The Correct Option is D

Explanation:
$\frac{1}{\lambda }=R_H[\frac{1}{n_1^2}-\frac{1}{n_2^2}]z^2\text{ [For Balmer series }{n}_1=2,\text{ For minimum energy }{n}_2=3\}$$=10678[\frac{1}{22}-\frac{1}{32}]2^2=10678[\frac{1}{4}-\frac{1}{9}]\times 4$$=10678\left[\frac{9-4}{36}\right]=10678\times \frac{5}{9}$$\lambda =1641.1\times {10}^{-8}\mathrm{cm}=1641.1{\mathrm{A}}^{\circ }$Hence, it is the correct answer.

Answer 2

The spectral lines emitted due to the transition of an electron from the higher energy state to a particular lower energy state form a spectral series.

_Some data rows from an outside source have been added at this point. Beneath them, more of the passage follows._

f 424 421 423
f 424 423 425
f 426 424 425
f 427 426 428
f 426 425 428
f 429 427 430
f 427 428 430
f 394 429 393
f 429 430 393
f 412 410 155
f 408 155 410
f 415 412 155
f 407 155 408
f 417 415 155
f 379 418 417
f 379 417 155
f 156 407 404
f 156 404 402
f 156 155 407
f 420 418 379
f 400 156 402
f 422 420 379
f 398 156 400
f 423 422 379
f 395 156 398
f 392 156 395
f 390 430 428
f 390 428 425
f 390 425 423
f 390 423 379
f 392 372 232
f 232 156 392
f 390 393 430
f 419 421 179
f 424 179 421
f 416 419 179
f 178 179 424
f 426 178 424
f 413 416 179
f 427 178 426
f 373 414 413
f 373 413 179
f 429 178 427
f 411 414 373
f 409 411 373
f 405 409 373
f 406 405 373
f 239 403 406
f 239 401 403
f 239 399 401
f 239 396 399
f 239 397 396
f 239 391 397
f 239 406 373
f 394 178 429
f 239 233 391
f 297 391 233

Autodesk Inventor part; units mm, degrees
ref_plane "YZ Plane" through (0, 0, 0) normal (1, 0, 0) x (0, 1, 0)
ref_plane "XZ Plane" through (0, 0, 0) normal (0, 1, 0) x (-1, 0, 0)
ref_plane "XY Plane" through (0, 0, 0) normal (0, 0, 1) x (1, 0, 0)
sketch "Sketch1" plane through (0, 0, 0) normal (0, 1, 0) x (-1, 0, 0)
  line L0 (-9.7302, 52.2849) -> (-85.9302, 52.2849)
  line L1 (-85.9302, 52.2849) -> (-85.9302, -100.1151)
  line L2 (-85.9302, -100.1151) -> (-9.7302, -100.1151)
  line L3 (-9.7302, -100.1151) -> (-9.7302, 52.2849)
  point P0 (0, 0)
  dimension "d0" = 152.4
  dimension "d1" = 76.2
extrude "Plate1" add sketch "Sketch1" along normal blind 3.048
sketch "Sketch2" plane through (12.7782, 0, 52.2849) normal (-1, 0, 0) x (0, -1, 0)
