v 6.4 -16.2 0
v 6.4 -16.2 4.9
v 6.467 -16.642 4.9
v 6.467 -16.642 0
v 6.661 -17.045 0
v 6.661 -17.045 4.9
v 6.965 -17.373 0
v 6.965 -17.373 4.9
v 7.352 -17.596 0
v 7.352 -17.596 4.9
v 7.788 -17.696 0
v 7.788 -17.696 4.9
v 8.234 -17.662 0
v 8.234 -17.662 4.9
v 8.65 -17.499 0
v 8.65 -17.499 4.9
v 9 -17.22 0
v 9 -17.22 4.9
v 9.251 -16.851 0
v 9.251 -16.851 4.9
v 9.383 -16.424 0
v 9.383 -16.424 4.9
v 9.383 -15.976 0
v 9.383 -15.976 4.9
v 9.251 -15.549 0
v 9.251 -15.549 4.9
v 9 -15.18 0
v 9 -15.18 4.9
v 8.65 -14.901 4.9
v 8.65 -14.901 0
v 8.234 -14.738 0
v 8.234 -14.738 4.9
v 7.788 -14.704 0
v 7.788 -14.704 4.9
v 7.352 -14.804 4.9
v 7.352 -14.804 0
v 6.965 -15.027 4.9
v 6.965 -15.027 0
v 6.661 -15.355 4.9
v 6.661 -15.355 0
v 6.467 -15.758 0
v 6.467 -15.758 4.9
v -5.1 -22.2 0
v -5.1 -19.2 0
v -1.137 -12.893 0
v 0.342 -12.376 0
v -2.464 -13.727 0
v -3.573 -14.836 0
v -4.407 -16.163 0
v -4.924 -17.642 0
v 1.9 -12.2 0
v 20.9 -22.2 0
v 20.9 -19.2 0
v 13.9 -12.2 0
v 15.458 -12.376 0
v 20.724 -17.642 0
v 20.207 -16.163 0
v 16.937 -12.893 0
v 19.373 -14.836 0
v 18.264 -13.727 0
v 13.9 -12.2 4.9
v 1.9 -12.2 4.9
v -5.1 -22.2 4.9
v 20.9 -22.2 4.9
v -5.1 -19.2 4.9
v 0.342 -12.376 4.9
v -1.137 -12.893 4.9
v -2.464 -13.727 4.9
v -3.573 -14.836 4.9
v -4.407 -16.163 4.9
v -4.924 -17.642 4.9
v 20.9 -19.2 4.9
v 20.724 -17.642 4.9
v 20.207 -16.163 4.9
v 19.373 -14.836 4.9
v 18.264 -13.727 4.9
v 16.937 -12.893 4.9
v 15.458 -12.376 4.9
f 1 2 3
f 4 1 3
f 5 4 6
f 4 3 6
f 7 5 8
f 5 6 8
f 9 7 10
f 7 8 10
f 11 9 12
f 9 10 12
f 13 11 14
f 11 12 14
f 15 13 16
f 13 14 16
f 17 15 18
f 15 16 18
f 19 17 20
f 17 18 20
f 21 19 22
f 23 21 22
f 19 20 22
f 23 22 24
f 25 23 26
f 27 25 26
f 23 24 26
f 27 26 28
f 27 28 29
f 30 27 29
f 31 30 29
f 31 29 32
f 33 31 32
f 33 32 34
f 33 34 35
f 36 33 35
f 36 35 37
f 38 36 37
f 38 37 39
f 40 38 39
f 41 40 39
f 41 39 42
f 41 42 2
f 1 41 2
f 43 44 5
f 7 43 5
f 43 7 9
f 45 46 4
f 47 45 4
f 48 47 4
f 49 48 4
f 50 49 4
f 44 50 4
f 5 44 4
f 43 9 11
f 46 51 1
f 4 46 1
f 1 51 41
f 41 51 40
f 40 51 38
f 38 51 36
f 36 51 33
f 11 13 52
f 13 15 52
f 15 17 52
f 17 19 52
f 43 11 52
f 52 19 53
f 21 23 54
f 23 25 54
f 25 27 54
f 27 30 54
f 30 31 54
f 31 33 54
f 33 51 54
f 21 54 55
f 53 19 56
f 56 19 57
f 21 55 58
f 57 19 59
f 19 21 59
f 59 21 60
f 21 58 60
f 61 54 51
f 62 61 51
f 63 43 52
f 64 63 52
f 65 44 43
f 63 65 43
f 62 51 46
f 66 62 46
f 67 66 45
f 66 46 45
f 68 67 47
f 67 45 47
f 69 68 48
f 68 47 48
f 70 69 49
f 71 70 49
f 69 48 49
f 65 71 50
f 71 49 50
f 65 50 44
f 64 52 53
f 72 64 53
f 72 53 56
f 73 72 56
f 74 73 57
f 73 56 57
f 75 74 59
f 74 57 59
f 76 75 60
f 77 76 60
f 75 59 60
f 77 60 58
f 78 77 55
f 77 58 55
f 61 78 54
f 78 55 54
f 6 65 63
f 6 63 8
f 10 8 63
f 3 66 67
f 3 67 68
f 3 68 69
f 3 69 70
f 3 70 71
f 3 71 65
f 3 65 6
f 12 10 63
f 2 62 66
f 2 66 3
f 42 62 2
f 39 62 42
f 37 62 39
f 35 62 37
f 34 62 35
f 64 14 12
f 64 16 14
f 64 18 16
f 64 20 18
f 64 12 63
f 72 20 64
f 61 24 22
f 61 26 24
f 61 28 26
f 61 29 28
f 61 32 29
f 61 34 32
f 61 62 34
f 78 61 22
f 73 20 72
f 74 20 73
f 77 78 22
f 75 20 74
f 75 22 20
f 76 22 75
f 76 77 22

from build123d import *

# Parameters (mm, degrees)
F1_DEPTH = 10
F0_W     = 26
F0_H     = 12
F2_DEPTH = 5
F3_D     = 3
F5_DEPTH = 4.9
F6_D     = 3


with BuildPart() as f1:
    # F0 (on Top) → F1 (new body)
    with BuildSketch(Plane.XY):
        Polygon((20.9, 30.9), (20.9, 16.5), (17.9, 16.5), (17.9, 13.2), (19.4, 11.7), (20.9, 11.7), (20.9, 4.9), (14.1, 4.9), (14.1, 6.4), (12.6, 7.9), (9.3, 7.9), (9.3, 4.9), (-5.1, 4.9), (-5.1, -0.1), (20.9, -0.1), (25.9, 4.9), (25.9, 30.9), align=None)
    extrude(amount=F1_DEPTH)

    # F0 (on Top) → F2 (join)
    with BuildSketch(Plane.XY):
        with Locations((7.9, -6.1)):
            Rectangle(F0_W, F0_H)
    extrude(amount=F2_DEPTH)

    # F3 (through all)
    with Locations(Plane(origin=(0, 0, 0), x_dir=(1, 0, 0), z_dir=(0, 0, -1))):
        with Locations((7.8999996185, 8.1)):
            Hole(F3_D / 2)


with BuildPart() as f5:
    # F4 (on Top) → F5 (new body)
    with BuildSketch(Plane.XY):
        with BuildLine():
            ThreePointArc((20.9, -19.2), (18.8497474683, -14.2502525317), (13.9, -12.2))
            Line((13.9, -12.2), (1.9, -12.2))
            ThreePointArc((1.9, -12.2), (-3.0497474683, -14.2502525317), (-5.1, -19.2))
            Line((-5.1, -19.2), (-5.1, -22.2))
            Line((-5.1, -22.2), (20.9, -22.2))
            Line((20.9, -22.2), (20.9, -19.2))
        make_face()
    extrude(amount=F5_DEPTH)

    # F6 (through all)
    with Locations(Plane(origin=(0, 0, 0), x_dir=(1, 0, 0), z_dir=(0, 0, -1))):
        with Locations((7.9, 16.2)):
            Hole(F6_D / 2)


solid = f5.part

Various spectral series are

• Lyman Series: The spectral lines emitted due to the transition of an electron from any higher orbit to the first orbit form a spectral series known as the Lyman series.
• Balmer Series: The spectral lines emitted due to the transition of an electron from any higher orbit to the second orbit form a spectral series known as the Balmer series.
• Paschen Series: The spectral lines emitted due to the transition of an electron from any higher orbit to the third orbit form a spectral series known as the Paschen series.
• Brackett Series: The spectral lines emitted due to the transition of an electron from any higher orbit to the fourth orbit form a spectral series known as the Brackett series.
• Pfund Series: The spectral lines emitted due to the transition of an electron from any higher orbit to the fifth orbit form a spectral series known as the Pfund series.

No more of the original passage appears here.